Exercise brief:
From the listing below, retype exactly the line holding "v -66.836 9.936 3", the line holding "v -52.162 -22.35 28.312", and the lines between them; skip everything else.

- - - - -

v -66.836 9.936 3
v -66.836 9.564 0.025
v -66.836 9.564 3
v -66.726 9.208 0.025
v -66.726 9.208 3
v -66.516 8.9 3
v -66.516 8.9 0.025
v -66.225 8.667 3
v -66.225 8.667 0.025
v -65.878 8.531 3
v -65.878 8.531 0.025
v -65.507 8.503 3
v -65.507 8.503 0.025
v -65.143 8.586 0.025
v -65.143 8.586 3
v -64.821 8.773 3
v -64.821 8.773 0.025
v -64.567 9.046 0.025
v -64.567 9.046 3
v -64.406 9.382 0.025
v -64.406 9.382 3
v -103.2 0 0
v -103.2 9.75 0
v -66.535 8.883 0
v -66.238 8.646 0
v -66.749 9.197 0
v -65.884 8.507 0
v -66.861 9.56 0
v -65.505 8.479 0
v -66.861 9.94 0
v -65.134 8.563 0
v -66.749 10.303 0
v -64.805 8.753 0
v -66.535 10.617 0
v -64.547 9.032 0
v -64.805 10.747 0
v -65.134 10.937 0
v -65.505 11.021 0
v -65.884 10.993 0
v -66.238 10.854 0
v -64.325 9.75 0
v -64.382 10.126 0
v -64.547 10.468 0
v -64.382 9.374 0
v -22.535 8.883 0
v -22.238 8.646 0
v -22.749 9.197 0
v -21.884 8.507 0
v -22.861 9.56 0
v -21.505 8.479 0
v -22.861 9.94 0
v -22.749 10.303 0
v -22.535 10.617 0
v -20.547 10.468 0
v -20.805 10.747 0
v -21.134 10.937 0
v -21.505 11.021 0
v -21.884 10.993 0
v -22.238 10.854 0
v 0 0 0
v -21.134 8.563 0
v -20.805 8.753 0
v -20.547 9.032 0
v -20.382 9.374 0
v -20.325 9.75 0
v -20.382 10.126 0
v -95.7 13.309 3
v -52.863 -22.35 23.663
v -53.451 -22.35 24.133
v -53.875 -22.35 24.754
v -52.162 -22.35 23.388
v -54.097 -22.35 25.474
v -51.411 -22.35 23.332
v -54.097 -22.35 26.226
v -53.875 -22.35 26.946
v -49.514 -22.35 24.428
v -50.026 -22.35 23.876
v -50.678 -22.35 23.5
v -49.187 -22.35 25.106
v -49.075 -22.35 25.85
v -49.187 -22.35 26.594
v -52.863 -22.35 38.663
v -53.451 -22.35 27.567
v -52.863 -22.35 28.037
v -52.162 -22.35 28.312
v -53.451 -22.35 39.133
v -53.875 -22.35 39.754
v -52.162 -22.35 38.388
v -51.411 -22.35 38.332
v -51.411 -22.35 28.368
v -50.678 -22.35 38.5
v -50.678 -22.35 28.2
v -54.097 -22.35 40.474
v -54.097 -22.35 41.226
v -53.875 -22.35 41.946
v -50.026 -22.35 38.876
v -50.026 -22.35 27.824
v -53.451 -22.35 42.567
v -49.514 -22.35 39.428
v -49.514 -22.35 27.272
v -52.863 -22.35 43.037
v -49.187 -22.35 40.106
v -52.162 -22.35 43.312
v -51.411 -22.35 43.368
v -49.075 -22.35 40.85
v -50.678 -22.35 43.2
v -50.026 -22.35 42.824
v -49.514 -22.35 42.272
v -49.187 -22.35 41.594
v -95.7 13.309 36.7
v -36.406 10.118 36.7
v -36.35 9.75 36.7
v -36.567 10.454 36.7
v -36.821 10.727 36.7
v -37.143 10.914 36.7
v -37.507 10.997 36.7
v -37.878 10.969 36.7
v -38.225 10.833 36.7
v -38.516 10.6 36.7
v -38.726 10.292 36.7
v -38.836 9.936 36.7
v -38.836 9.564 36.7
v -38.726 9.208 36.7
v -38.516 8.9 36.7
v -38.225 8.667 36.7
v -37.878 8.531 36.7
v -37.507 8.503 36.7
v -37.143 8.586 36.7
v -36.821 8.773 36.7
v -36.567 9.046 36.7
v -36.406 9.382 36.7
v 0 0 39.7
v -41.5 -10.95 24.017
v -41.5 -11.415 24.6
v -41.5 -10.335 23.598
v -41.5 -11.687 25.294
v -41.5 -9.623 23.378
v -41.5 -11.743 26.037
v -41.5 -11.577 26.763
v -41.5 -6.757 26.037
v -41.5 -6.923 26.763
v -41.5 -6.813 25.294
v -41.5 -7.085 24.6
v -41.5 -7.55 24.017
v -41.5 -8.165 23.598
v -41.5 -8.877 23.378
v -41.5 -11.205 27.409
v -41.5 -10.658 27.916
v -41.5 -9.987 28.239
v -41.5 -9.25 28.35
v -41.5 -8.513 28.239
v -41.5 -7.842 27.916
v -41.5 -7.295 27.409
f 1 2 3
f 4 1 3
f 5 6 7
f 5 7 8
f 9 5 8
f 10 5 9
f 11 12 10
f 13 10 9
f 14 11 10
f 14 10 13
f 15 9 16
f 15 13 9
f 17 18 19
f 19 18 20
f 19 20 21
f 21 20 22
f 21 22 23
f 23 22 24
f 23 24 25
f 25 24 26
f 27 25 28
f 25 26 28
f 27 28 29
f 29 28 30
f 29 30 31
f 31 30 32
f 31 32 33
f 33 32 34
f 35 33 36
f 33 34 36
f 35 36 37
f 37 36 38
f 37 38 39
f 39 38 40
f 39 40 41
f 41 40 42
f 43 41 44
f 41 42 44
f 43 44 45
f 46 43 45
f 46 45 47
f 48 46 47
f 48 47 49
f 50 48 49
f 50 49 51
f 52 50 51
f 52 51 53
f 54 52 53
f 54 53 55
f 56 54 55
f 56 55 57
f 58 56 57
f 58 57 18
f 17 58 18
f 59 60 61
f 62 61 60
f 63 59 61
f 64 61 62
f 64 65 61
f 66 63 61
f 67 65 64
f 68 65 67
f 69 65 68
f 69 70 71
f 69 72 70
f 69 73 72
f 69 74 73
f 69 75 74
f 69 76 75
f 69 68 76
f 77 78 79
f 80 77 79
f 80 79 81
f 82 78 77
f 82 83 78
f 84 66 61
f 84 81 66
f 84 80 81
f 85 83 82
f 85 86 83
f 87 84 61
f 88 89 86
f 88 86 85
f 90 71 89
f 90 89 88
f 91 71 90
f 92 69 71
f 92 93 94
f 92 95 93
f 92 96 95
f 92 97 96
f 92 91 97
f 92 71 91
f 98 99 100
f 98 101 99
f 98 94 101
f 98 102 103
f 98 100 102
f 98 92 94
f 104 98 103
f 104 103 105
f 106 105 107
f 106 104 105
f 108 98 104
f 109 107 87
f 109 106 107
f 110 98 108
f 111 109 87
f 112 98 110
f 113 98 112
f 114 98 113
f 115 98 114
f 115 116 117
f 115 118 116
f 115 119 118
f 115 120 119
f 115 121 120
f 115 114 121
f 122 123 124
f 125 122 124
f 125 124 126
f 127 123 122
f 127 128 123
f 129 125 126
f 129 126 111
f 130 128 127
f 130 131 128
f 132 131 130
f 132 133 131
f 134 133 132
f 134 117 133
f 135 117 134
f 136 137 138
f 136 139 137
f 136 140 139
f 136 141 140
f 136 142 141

- - - - -

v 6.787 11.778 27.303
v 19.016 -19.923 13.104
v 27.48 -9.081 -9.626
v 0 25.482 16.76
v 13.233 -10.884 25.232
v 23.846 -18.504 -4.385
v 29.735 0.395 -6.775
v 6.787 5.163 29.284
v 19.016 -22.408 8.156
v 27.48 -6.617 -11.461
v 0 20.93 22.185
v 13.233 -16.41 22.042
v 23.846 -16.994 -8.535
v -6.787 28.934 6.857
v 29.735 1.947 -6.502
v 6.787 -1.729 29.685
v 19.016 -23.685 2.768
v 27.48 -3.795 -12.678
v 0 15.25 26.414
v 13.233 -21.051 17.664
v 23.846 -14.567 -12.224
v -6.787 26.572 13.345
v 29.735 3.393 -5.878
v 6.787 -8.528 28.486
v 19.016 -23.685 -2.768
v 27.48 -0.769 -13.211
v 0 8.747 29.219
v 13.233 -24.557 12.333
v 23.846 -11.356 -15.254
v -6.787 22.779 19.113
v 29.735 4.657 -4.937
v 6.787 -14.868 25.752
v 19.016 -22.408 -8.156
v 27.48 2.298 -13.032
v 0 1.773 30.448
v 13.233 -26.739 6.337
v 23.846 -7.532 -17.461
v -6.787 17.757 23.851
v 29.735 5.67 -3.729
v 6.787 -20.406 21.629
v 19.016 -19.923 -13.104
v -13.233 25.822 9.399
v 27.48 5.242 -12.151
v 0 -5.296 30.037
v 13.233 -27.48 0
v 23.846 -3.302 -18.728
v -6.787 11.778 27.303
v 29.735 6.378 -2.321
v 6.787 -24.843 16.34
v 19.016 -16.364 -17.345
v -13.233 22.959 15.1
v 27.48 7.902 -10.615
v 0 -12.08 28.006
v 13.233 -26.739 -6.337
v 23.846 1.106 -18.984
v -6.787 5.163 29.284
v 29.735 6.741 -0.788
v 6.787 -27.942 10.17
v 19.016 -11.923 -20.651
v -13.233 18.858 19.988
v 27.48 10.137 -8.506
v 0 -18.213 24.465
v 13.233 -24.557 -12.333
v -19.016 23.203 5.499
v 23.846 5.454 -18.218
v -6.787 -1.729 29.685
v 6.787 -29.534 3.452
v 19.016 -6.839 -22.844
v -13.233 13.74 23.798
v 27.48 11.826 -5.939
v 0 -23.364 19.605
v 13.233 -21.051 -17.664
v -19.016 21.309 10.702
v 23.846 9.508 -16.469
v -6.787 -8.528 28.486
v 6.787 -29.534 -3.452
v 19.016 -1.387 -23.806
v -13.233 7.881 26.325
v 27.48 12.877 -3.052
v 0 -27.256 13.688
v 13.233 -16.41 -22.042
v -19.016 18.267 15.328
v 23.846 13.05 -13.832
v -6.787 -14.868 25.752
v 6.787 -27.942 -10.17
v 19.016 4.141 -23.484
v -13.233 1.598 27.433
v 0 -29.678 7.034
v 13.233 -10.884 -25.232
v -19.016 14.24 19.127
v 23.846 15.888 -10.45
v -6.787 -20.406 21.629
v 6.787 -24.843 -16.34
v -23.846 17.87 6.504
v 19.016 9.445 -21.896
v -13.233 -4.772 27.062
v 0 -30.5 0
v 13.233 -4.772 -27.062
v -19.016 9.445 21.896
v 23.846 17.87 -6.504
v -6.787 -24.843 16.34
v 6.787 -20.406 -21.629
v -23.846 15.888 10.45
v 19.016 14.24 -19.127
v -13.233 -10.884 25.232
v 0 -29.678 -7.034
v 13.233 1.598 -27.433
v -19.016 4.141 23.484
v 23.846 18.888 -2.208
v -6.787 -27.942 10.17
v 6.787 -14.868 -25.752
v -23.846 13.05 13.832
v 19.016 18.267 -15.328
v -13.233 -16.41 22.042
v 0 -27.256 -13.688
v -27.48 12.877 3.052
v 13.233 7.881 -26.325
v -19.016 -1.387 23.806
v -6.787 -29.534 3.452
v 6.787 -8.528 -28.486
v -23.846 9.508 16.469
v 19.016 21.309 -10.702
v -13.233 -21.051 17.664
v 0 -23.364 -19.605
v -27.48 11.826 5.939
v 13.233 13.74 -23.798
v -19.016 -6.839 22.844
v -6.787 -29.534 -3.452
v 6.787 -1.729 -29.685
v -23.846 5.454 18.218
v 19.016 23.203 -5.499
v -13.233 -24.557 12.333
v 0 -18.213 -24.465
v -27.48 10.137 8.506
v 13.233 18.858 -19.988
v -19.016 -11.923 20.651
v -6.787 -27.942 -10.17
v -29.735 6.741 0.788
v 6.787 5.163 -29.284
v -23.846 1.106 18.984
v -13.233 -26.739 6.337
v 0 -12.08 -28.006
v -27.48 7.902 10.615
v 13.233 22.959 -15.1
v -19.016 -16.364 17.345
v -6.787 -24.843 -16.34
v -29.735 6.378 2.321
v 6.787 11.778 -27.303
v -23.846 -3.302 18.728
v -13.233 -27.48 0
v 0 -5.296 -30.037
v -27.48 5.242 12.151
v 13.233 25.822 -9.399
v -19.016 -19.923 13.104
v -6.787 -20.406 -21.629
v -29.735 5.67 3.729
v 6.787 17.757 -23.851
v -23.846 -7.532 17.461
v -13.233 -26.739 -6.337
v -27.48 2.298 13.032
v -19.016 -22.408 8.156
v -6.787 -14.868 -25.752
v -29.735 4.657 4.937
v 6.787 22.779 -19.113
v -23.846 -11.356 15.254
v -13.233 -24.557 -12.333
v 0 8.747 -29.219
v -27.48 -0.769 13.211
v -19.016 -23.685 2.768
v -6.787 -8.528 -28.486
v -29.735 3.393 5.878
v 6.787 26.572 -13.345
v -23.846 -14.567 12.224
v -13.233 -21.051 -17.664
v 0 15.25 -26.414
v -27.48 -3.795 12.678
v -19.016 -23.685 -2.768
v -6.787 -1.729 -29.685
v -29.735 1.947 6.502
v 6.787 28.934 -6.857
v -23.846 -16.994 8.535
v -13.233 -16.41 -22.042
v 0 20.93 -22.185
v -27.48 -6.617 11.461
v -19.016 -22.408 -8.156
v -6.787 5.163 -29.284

- - - - -

Solution for this exercise:
v -66.836 9.936 3
v -66.836 9.564 0.025
v -66.836 9.564 3
v -66.726 9.208 0.025
v -66.726 9.208 3
v -66.516 8.9 3
v -66.516 8.9 0.025
v -66.225 8.667 3
v -66.225 8.667 0.025
v -65.878 8.531 3
v -65.878 8.531 0.025
v -65.507 8.503 3
v -65.507 8.503 0.025
v -65.143 8.586 0.025
v -65.143 8.586 3
v -64.821 8.773 3
v -64.821 8.773 0.025
v -64.567 9.046 0.025
v -64.567 9.046 3
v -64.406 9.382 0.025
v -64.406 9.382 3
v -103.2 0 0
v -103.2 9.75 0
v -66.535 8.883 0
v -66.238 8.646 0
v -66.749 9.197 0
v -65.884 8.507 0
v -66.861 9.56 0
v -65.505 8.479 0
v -66.861 9.94 0
v -65.134 8.563 0
v -66.749 10.303 0
v -64.805 8.753 0
v -66.535 10.617 0
v -64.547 9.032 0
v -64.805 10.747 0
v -65.134 10.937 0
v -65.505 11.021 0
v -65.884 10.993 0
v -66.238 10.854 0
v -64.325 9.75 0
v -64.382 10.126 0
v -64.547 10.468 0
v -64.382 9.374 0
v -22.535 8.883 0
v -22.238 8.646 0
v -22.749 9.197 0
v -21.884 8.507 0
v -22.861 9.56 0
v -21.505 8.479 0
v -22.861 9.94 0
v -22.749 10.303 0
v -22.535 10.617 0
v -20.547 10.468 0
v -20.805 10.747 0
v -21.134 10.937 0
v -21.505 11.021 0
v -21.884 10.993 0
v -22.238 10.854 0
v 0 0 0
v -21.134 8.563 0
v -20.805 8.753 0
v -20.547 9.032 0
v -20.382 9.374 0
v -20.325 9.75 0
v -20.382 10.126 0
v -95.7 13.309 3
v -52.863 -22.35 23.663
v -53.451 -22.35 24.133
v -53.875 -22.35 24.754
v -52.162 -22.35 23.388
v -54.097 -22.35 25.474
v -51.411 -22.35 23.332
v -54.097 -22.35 26.226
v -53.875 -22.35 26.946
v -49.514 -22.35 24.428
v -50.026 -22.35 23.876
v -50.678 -22.35 23.5
v -49.187 -22.35 25.106
v -49.075 -22.35 25.85
v -49.187 -22.35 26.594
v -52.863 -22.35 38.663
v -53.451 -22.35 27.567
v -52.863 -22.35 28.037
v -52.162 -22.35 28.312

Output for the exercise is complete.